Give the number of lines in the material below where the word "Rectangle" shows up, without anything else.

+++

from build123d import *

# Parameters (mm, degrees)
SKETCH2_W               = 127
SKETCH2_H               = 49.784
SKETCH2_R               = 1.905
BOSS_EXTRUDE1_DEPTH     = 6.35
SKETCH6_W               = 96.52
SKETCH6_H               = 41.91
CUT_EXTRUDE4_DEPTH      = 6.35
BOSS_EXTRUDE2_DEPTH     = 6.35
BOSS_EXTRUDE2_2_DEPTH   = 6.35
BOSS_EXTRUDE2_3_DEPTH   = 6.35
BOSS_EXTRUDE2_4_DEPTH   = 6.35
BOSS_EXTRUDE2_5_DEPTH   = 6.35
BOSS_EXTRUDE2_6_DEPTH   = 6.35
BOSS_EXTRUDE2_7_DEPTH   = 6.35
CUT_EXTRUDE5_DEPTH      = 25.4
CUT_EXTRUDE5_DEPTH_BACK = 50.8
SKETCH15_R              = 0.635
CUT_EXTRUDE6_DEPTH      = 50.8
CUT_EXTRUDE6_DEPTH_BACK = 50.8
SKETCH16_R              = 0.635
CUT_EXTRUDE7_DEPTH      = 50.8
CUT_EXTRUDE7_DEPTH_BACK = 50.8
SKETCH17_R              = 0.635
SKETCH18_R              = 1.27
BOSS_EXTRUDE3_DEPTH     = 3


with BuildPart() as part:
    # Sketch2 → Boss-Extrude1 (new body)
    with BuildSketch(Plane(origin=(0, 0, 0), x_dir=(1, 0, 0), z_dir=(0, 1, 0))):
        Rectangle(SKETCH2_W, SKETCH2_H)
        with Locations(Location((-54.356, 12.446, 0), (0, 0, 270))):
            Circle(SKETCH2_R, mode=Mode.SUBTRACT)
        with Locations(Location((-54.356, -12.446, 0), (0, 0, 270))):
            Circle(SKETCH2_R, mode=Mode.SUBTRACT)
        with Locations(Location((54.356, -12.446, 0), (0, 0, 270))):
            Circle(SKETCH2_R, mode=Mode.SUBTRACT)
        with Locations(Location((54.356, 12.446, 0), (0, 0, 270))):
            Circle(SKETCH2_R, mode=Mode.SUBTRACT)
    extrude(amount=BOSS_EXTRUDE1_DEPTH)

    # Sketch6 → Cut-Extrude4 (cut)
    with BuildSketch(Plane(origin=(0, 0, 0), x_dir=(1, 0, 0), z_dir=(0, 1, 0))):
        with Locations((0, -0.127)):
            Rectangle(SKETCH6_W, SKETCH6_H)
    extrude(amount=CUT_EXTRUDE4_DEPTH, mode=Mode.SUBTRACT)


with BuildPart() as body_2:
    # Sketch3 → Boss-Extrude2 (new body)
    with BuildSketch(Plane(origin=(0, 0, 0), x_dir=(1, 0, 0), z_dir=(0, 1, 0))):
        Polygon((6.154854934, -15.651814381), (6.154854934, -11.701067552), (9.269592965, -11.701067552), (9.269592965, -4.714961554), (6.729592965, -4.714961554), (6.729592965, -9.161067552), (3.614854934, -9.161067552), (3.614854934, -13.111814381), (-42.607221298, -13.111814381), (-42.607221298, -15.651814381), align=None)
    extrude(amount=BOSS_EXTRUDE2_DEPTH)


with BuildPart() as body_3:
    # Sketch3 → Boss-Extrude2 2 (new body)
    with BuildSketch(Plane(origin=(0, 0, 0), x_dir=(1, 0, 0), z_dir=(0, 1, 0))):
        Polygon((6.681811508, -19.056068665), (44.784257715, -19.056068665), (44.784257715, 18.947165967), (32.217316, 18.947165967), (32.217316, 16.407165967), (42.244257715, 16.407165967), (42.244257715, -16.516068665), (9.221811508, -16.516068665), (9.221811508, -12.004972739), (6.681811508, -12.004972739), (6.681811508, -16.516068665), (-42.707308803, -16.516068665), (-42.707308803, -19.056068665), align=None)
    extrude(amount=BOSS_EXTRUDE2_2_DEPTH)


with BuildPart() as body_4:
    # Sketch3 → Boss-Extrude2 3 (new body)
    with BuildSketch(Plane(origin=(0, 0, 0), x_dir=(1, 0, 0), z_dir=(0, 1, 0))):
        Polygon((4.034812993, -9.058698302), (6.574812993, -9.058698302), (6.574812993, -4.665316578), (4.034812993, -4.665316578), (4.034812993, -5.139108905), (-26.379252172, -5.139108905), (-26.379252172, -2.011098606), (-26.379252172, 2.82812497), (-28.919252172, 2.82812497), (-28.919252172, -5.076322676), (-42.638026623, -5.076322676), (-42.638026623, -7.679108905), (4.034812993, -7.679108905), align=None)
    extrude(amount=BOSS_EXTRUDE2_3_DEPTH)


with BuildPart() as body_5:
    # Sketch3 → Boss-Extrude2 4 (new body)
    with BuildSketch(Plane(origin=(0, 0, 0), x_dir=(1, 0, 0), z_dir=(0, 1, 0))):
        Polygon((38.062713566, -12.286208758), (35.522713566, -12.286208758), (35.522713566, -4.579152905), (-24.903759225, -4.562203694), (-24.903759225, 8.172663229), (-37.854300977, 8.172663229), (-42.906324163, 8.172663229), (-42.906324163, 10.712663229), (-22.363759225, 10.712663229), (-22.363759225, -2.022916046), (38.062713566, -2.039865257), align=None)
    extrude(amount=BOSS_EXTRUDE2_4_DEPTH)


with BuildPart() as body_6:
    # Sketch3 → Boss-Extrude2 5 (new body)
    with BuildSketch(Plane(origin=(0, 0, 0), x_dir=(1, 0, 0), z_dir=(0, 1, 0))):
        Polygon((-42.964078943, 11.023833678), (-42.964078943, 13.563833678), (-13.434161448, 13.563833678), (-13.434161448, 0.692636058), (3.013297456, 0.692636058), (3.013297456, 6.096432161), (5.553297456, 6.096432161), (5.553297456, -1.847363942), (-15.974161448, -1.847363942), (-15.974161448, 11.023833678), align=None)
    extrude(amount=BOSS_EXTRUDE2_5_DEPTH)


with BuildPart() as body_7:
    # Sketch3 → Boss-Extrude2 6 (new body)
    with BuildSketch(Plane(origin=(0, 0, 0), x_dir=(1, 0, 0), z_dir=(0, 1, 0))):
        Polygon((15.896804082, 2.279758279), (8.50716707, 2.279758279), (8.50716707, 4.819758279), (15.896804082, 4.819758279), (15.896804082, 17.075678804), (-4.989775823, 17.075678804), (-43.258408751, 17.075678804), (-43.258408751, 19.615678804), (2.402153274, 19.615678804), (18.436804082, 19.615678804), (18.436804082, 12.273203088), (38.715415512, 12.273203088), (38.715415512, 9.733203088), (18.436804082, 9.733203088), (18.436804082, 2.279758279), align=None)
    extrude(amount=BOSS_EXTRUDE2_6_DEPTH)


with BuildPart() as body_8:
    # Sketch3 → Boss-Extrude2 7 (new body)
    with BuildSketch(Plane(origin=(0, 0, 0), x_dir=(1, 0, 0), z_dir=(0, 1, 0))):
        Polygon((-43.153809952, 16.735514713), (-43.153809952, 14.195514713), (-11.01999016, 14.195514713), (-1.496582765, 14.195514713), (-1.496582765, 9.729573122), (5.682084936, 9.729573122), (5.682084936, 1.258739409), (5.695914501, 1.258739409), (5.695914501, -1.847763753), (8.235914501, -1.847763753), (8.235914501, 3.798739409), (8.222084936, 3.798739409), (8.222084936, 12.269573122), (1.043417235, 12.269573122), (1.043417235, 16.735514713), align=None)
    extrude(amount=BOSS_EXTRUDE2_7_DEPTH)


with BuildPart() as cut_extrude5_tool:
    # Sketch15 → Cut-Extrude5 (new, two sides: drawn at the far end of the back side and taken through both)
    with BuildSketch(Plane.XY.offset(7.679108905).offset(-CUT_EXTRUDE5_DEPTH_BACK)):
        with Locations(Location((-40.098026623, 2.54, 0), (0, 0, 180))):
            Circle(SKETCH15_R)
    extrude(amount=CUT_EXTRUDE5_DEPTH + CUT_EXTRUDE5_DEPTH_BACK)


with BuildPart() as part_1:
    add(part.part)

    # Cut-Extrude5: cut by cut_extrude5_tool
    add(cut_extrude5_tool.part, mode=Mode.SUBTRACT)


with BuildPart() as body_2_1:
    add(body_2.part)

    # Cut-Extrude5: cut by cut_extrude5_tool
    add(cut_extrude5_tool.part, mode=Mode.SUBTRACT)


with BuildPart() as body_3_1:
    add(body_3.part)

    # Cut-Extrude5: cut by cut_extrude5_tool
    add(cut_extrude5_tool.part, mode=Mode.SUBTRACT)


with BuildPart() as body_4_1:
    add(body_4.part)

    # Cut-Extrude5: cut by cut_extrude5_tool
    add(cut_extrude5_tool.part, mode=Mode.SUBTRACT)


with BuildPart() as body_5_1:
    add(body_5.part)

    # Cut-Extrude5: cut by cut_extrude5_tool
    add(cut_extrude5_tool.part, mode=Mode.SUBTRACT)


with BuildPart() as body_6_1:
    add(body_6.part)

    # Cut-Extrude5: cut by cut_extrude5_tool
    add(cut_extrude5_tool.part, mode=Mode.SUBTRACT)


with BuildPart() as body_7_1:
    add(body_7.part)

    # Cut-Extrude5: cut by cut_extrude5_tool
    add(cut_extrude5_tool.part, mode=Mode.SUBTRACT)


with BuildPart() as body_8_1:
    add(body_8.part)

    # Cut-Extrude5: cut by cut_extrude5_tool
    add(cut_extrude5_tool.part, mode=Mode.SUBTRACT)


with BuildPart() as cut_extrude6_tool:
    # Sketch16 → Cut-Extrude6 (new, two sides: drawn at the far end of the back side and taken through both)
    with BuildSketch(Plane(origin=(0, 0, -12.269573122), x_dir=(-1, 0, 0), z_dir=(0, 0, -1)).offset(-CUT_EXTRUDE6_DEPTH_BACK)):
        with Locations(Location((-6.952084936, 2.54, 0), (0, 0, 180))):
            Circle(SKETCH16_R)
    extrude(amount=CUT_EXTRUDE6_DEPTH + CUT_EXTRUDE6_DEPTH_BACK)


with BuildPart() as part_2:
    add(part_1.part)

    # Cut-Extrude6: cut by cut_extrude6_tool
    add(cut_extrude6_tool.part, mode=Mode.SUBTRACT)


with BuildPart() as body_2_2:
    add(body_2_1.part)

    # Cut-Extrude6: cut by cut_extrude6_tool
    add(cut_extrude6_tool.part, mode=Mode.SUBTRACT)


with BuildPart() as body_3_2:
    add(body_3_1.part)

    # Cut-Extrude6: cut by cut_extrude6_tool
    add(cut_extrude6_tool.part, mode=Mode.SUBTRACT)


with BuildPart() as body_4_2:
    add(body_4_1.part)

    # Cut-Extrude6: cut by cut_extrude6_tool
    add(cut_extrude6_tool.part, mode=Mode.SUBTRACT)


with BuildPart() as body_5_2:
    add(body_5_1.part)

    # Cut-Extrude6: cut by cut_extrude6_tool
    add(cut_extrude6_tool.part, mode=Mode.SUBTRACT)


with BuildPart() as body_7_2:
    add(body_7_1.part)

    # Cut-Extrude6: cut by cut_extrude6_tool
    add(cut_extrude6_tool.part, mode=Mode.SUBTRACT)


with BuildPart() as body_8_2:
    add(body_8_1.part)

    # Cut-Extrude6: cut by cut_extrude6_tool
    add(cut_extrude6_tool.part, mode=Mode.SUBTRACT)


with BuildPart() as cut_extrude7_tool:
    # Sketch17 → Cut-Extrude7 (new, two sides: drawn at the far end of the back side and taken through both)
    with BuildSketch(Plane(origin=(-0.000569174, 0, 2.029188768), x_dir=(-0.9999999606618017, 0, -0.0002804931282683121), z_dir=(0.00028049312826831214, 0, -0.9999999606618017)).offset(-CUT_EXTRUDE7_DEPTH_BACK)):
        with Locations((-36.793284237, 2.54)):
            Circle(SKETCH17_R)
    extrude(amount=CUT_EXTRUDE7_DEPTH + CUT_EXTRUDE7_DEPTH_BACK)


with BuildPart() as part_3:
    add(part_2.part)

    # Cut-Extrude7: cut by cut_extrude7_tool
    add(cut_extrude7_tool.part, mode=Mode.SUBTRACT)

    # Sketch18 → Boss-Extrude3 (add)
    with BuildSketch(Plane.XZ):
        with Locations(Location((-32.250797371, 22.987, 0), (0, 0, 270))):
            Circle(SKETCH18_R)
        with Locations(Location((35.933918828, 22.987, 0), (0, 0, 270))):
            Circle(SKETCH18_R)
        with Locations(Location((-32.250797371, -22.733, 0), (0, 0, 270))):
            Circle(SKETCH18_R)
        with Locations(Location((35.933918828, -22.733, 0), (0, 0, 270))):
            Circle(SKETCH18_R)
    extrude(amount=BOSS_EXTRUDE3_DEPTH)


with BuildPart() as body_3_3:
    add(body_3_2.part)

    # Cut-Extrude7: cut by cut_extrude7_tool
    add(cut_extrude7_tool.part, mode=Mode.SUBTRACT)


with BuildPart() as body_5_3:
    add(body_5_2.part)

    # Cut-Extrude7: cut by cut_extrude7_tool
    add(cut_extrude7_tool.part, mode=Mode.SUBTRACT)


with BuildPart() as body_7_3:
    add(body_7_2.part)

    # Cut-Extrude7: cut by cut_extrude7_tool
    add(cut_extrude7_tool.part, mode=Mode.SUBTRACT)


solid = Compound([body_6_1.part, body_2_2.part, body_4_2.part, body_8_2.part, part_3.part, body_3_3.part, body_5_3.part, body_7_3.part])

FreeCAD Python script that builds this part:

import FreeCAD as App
import Part
import Sketcher
Q = App.Units.Quantity

doc = App.newDocument("Part")
params = doc.addObject("Spreadsheet::Sheet", "Params")
for row, (alias, value) in enumerate([
    ("sketch1_diameter", "0.15 in"),
    ("sketch1_width", "5 in"),
    ("sketch1_height", "1.96 in"),
    ("pad1_length", "0.25 in"),
    ("sketch2_width", "3.8 in"),
    ("sketch2_height", "1.65 in"),
    ("pocket1_length", "0.25 in"),
    ("sketch3_width", "0.1 in"),
    ("pad2_length", "0.25 in"),
    ("sketch4_width", "0.1 in"),
    ("pad3_length", "0.25 in"),
    ("sketch5_width", "0.1 in"),
    ("pad4_length", "0.25 in"),
    ("sketch6_width", "0.1 in"),
    ("pad5_length", "0.25 in"),
    ("sketch7_width", "0.1 in"),
    ("pad6_length", "0.25 in"),
    ("sketch8_height", "0.1 in"),
    ("pad7_length", "0.25 in"),
    ("sketch9_width", "0.1 in"),
    ("pad8_length", "0.25 in"),
    ("sketch10_diameter", "0.05 in"),
    ("pad9_length", "1 in"),
    ("pad9_length2", "2 in"),
    ("sketch11_diameter", "0.05 in"),
    ("pad10_length", "2 in"),
    ("pad10_length2", "2 in"),
    ("sketch12_diameter", "0.05 in"),
    ("pad11_length", "2 in"),
    ("pad11_length2", "2 in"),
    ("sketch13_diameter", "0.1 in"),
    ("pad12_length", "3 mm"),
], start=1):
    params.set(f"A{row}", alias)
    params.set(f"B{row}", "=" + value)
    params.setAlias(f"B{row}", alias)

body = doc.addObject("PartDesign::Body", "Body")

sketch1 = body.newObject("Sketcher::SketchObject", "Sketch")
sketch1.AttachmentSupport = (doc.getObject("XZ_Plane"), [""])
sketch1.MapMode = "FlatFace"
sketch1.addGeometry([
    Part.LineSegment(App.Vector(-63.5, -24.9, 0), App.Vector(-63.5, 24.9, 0)),
    Part.LineSegment(App.Vector(-63.5, 24.9, 0), App.Vector(63.5, 24.9, 0)),
    Part.LineSegment(App.Vector(63.5, 24.9, 0), App.Vector(63.5, -24.9, 0)),
    Part.LineSegment(App.Vector(63.5, -24.9, 0), App.Vector(-63.5, -24.9, 0)),
    Part.Circle(App.Vector(-54.4, 12.4, 0), App.Vector(0, 0, 1), 1.9),
    Part.Circle(App.Vector(54.4, 12.4, 0), App.Vector(0, 0, 1), 1.9),
    Part.Circle(App.Vector(-54.4, -12.4, 0), App.Vector(0, 0, 1), 1.9),
    Part.Circle(App.Vector(54.4, -12.4, 0), App.Vector(0, 0, 1), 1.9),
], False)
sketch1.addConstraint([
    Sketcher.Constraint("Coincident", 0, 2, 1, 1),
    Sketcher.Constraint("Coincident", 1, 2, 2, 1),
    Sketcher.Constraint("Coincident", 2, 2, 3, 1),
    Sketcher.Constraint("Coincident", 3, 2, 0, 1),
    Sketcher.Constraint("Vertical", 0),
    Sketcher.Constraint("Horizontal", 1),
    Sketcher.Constraint("Vertical", 2),
    Sketcher.Constraint("Horizontal", 3),
    Sketcher.Constraint("Equal", 4, 5),
    Sketcher.Constraint("Equal", 5, 6),
    Sketcher.Constraint("Equal", 6, 7),
    Sketcher.Constraint("Symmetric", 5, 3, 6, 3, -1, 1),
    Sketcher.Constraint("Symmetric", 4, 3, 7, 3, -1, 1),
    Sketcher.Constraint("Symmetric", 0, 2, 2, 2, -1, 1),
    Sketcher.Constraint("Symmetric", 4, 3, 5, 3, -2),
    Sketcher.Constraint("Diameter", 4, Q("0.15 in")),
    Sketcher.Constraint("DistanceX", 1, 1, 1, 2, Q("5 in")),
    Sketcher.Constraint("DistanceY", 0, 1, 0, 2, Q("1.96 in")),
    Sketcher.Constraint("DistanceX", 4, 3, -1, 1, Q("2.14 in")),
    Sketcher.Constraint("DistanceY", -1, 1, 4, 3, Q("0.49 in")),
])
sketch1.setExpression("Constraints[15]", "Params.sketch1_diameter")
sketch1.setExpression("Constraints[16]", "Params.sketch1_width")
sketch1.setExpression("Constraints[17]", "Params.sketch1_height")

+++

-- Your response --
2